Per Sanjay Garg, Judicial Member:

The present appeals have been preferred by the Revenue against the separate orders of Commissioner of Income Tax (A), [hereinafter referred to as CIT(A)], Patiala dated 30.09.2016 (in ITA Nos. 1291, 1292, 1293 & 1294/Chd/2016), dated 27.09.2016 (in ITA No. 1295/Chd/2016) and dated 26.11.2015 (in ITA Nos. 67 & 68/Chd/2016).

2. Since the grounds raised and issues involved in all the appeals are identical, the same were heard together and are being disposed of by this common order for the sake of convenience. We shall be taking ITA No. 1291/Chd/2016 as the lead case for disposing of all the appeals together.

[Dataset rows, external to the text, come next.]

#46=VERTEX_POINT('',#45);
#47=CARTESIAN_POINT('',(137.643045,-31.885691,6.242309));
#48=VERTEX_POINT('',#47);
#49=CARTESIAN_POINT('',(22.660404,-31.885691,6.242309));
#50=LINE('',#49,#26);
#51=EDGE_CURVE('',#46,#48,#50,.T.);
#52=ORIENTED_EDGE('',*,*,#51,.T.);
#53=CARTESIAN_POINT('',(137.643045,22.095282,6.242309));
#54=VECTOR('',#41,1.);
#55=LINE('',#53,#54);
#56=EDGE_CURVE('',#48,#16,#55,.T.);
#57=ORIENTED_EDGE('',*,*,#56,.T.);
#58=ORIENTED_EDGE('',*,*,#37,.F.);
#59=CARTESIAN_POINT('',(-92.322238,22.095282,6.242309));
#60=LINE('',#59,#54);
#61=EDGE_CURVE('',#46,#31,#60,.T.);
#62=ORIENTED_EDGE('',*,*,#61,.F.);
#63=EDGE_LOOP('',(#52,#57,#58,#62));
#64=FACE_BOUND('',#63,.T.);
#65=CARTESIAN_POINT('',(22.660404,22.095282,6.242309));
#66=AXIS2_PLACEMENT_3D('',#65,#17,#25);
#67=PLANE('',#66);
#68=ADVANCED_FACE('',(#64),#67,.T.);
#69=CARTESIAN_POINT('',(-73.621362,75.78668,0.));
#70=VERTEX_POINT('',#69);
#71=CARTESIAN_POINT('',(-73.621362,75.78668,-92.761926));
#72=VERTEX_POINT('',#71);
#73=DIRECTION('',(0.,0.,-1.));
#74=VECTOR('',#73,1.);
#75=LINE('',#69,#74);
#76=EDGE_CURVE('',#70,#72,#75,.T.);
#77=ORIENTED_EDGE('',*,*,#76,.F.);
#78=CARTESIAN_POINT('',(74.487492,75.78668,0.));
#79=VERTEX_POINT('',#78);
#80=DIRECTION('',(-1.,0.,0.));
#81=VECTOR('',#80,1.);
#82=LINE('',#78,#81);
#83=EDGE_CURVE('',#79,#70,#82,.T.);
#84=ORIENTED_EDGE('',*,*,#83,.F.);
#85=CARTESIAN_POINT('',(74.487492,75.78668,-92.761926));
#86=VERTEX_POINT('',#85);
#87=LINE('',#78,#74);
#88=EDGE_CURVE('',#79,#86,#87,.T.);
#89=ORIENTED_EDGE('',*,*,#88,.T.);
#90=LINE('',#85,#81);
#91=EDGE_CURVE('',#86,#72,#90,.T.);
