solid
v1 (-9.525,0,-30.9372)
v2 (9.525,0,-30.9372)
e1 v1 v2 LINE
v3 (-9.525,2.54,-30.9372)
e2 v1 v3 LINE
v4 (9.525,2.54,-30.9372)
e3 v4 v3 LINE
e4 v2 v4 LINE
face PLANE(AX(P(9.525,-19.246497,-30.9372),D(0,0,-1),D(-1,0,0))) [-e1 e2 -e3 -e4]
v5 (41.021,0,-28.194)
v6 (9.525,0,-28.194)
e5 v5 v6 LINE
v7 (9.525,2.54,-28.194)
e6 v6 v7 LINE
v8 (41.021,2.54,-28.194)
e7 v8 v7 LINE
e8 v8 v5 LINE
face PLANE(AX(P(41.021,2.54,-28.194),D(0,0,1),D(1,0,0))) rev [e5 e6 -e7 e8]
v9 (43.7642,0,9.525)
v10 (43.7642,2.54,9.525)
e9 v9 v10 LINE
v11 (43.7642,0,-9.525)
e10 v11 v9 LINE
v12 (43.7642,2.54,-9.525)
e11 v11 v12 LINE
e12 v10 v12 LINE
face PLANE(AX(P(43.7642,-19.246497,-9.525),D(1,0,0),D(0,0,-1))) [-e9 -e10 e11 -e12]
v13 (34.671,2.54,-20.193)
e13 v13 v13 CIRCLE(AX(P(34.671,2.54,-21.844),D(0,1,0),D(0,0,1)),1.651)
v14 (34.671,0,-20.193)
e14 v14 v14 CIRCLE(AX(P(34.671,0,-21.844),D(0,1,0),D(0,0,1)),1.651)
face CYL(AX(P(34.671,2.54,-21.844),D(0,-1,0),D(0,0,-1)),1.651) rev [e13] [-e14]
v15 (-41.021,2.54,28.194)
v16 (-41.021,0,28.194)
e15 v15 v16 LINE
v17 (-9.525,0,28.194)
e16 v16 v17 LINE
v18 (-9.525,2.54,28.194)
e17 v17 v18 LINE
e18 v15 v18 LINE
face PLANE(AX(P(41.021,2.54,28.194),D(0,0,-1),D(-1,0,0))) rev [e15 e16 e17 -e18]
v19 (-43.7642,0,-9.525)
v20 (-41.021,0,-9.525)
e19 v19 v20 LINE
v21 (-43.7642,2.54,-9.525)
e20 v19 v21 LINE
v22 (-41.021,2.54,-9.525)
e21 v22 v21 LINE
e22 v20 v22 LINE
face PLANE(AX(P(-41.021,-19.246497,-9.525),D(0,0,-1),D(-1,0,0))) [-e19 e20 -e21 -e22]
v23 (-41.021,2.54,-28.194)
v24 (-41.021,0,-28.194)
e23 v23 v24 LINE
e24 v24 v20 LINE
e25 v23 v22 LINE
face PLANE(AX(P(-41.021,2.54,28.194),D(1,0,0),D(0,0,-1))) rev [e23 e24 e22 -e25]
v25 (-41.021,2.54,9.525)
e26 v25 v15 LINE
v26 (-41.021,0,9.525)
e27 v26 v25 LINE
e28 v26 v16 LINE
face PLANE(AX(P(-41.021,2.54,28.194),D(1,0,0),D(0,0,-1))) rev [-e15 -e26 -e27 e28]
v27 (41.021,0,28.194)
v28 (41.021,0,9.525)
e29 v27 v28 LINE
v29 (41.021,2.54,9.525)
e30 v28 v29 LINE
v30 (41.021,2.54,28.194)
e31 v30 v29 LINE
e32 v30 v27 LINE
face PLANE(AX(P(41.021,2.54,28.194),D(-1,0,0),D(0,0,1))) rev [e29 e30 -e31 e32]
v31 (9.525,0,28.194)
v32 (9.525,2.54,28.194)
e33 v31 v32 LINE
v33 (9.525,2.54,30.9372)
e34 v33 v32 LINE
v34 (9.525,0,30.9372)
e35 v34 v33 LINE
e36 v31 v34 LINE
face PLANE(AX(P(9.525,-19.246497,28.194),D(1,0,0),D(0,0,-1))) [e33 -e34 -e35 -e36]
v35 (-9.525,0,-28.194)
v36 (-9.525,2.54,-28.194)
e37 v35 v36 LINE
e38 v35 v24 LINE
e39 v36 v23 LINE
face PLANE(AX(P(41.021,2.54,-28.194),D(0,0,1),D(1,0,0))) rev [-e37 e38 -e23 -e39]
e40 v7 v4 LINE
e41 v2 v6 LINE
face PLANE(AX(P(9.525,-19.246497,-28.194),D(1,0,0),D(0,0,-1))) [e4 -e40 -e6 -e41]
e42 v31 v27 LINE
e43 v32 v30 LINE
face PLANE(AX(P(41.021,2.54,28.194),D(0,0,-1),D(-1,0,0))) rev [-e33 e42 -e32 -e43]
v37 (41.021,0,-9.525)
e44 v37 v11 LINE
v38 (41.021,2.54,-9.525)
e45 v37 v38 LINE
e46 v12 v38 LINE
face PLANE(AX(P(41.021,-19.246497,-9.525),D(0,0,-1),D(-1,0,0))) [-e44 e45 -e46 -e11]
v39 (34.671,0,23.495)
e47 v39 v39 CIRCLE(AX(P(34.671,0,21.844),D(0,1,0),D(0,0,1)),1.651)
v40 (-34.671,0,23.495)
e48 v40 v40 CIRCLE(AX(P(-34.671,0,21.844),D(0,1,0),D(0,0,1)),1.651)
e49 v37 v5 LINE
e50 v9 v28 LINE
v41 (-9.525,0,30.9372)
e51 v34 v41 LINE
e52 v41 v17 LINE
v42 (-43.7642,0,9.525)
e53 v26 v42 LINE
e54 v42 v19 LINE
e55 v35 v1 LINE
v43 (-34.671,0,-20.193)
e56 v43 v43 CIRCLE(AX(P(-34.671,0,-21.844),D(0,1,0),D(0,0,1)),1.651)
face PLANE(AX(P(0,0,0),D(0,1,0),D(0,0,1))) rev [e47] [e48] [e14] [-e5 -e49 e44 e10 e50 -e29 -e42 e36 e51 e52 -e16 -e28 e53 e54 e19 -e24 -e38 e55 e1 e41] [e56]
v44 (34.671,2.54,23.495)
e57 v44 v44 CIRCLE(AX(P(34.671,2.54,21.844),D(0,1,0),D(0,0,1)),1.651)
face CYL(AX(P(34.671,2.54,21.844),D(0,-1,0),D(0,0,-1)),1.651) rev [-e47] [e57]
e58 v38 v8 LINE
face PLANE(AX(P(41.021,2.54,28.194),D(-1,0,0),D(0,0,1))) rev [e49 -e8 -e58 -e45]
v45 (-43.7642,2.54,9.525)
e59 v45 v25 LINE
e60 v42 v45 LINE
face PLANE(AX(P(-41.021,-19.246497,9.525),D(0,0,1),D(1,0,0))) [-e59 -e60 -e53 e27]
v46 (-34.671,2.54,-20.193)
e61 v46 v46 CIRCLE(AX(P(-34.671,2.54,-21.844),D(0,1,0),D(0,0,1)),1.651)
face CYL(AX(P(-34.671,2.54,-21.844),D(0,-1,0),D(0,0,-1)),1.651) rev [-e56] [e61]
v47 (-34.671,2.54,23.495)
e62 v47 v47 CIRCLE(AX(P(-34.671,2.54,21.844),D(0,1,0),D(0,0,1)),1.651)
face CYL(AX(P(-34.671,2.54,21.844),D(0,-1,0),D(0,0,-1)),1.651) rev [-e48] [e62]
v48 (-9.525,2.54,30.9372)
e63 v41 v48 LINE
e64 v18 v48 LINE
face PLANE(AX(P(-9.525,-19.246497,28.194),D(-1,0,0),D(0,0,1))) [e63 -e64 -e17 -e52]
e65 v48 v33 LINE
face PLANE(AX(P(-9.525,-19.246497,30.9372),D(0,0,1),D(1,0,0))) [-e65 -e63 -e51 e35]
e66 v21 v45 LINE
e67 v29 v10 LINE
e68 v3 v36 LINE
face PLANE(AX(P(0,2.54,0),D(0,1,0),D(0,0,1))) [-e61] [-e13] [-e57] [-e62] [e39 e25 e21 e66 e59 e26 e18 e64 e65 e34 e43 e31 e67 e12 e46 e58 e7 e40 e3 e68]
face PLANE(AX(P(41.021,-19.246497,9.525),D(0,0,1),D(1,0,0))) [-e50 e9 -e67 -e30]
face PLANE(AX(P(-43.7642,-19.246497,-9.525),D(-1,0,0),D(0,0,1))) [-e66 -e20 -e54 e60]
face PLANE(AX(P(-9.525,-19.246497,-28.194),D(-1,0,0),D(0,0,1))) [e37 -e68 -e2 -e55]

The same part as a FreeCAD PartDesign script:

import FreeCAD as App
import Part
import Sketcher
Q = App.Units.Quantity


def add_polygon(sketch, points):
    """Adds a closed chain of lines whose ends are joined by coincident constraints."""
    first, n = sketch.GeometryCount, len(points)
    for a, b in zip(points, points[1:] + points[:1]):
        sketch.addGeometry(Part.LineSegment(App.Vector(*a, 0), App.Vector(*b, 0)), False)
    for i in range(n):
        sketch.addConstraint(Sketcher.Constraint("Coincident", first + i, 2, first + (i + 1) % n, 1))

doc = App.newDocument("Part")
body = doc.addObject("PartDesign::Body", "Body")

sketch1 = body.newObject("Sketcher::SketchObject", "Sketch")
sketch1.AttachmentSupport = (doc.getObject("XZ_Plane"), [""])
sketch1.MapMode = "FlatFace"
add_polygon(sketch1, [(-41, -28.2), (-41, 28.2), (41, 28.2), (41, -28.2)])
sketch1.addGeometry(Part.Circle(App.Vector(-34.7, 21.8, 0), App.Vector(0, 0, 1), 1.7), False)
sketch1.addGeometry(Part.Circle(App.Vector(34.7, 21.8, 0), App.Vector(0, 0, 1), 1.7), False)
sketch1.addGeometry(Part.Circle(App.Vector(-34.7, -21.8, 0), App.Vector(0, 0, 1), 1.7), False)
sketch1.addGeometry(Part.Circle(App.Vector(34.7, -21.8, 0), App.Vector(0, 0, 1), 1.7), False)
sketch1.addConstraint([
    Sketcher.Constraint("Vertical", 0),
    Sketcher.Constraint("Horizontal", 1),
    Sketcher.Constraint("Vertical", 2),
    Sketcher.Constraint("Horizontal", 3),
    Sketcher.Constraint("Equal", 4, 5),
    Sketcher.Constraint("Equal", 5, 6),
    Sketcher.Constraint("Equal", 6, 7),
    Sketcher.Constraint("Symmetric", 5, 3, 6, 3, -1, 1),
    Sketcher.Constraint("Symmetric", 4, 3, 7, 3, -1, 1),
    Sketcher.Constraint("Symmetric", 0, 2, 2, 2, -1, 1),
    Sketcher.Constraint("Symmetric", 4, 3, 5, 3, -2),
    Sketcher.Constraint("Diameter", 4, Q("0.13 in")),
    Sketcher.Constraint("DistanceX", 1, 1, 1, 2, Q("3.23 in")),
    Sketcher.Constraint("DistanceY", 0, 1, 0, 2, Q("2.22 in")),
    Sketcher.Constraint("DistanceY", -1, 1, 4, 3, Q("0.86 in")),
    Sketcher.Constraint("DistanceX", 4, 3, 5, 3, Q("2.73 in")),
])
pad1 = body.newObject("PartDesign::Pad", "Pad")
pad1.Profile = sketch1
pad1.Length = Q("0.1 in")
pad1.Reversed = True

sketch2 = body.newObject("Sketcher::SketchObject", "Sketch001")
sketch2.AttachmentSupport = (doc.getObject("XZ_Plane"), [""])
sketch2.MapMode = "FlatFace"
sketch2.AttachmentOffset = App.Placement(App.Vector(0, 0, -0.1 * 25.4), App.Rotation())
add_polygon(sketch2, [(-9.5, -30.9), (-9.5, -28.2), (9.5, -28.2), (9.5, -30.9)])
add_polygon(sketch2, [(-9.5, 28.2), (-9.5, 30.9), (9.5, 30.9), (9.5, 28.2)])
add_polygon(sketch2, [(41, -9.5), (41, 9.5), (43.8, 9.5), (43.8, -9.5)])
add_polygon(sketch2, [(-43.8, -9.5), (-43.8, 9.5), (-41, 9.5), (-41, -9.5)])
sketch2.addConstraint([
    Sketcher.Constraint("Vertical", 0),
    Sketcher.Constraint("Horizontal", 1),
    Sketcher.Constraint("Vertical", 2),
    Sketcher.Constraint("Horizontal", 3),
    Sketcher.Constraint("Vertical", 4),
    Sketcher.Constraint("Horizontal", 5),
    Sketcher.Constraint("Vertical", 6),
    Sketcher.Constraint("Horizontal", 7),
    Sketcher.Constraint("Vertical", 8),
    Sketcher.Constraint("Horizontal", 9),
    Sketcher.Constraint("Vertical", 10),
    Sketcher.Constraint("Horizontal", 11),
    Sketcher.Constraint("Vertical", 12),
    Sketcher.Constraint("Horizontal", 13),
    Sketcher.Constraint("Vertical", 14),
    Sketcher.Constraint("Horizontal", 15),
    Sketcher.Constraint("Symmetric", 2, 2, 4, 2, -1, 1),
    Sketcher.Constraint("Symmetric", 0, 2, 6, 2, -1, 1),
    Sketcher.Constraint("Symmetric", 10, 2, 12, 2, -1, 1),
    Sketcher.Constraint("Symmetric", 8, 2, 14, 2, -1, 1),
    Sketcher.Constraint("Horizontal", 9, 2, 12, 2),
    Sketcher.Constraint("Vertical", 3, 2, 4, 2),
    Sketcher.Constraint("Equal", 15, 0),
    Sketcher.Constraint("Equal", 7, 8),
    Sketcher.Constraint("DistanceX", 1, 1, 1, 2, Q("0.75 in")),
    Sketcher.Constraint("DistanceX", 9, 1, 9, 2, Q("0.108 in")),
    Sketcher.Constraint("DistanceY", 0, 2, -1, 1, Q("1.11 in")),
    Sketcher.Constraint("DistanceX", 6, 2, 8, 2, Q("1.24 in")),
])
pad2 = body.newObject("PartDesign::Pad", "Pad001")
pad2.Profile = sketch2
pad2.Length = Q("0.1 in")

doc.recompute()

The grounds raised in this appeal are as under:-

(i) In the facts and circumstances of the case, the Ld. CIT (A) is erred in deleting the demand ignoring that the provisions of section 194C are squarely applicable on the work carried out by the millers.
(ii) In the facts and circumstances of the case, the Ld. CIT(A) is erred in deleting the demand created on account of non / short deduction of tax u/s 201(I) / 201(1A) of the Income-tax Act, 1961 ignoring the fact that the assessee deductor applied provisions of section 194C on the cash part of the payments but not on the payments which were paid in kind and thus not deducted TDS on whole payment.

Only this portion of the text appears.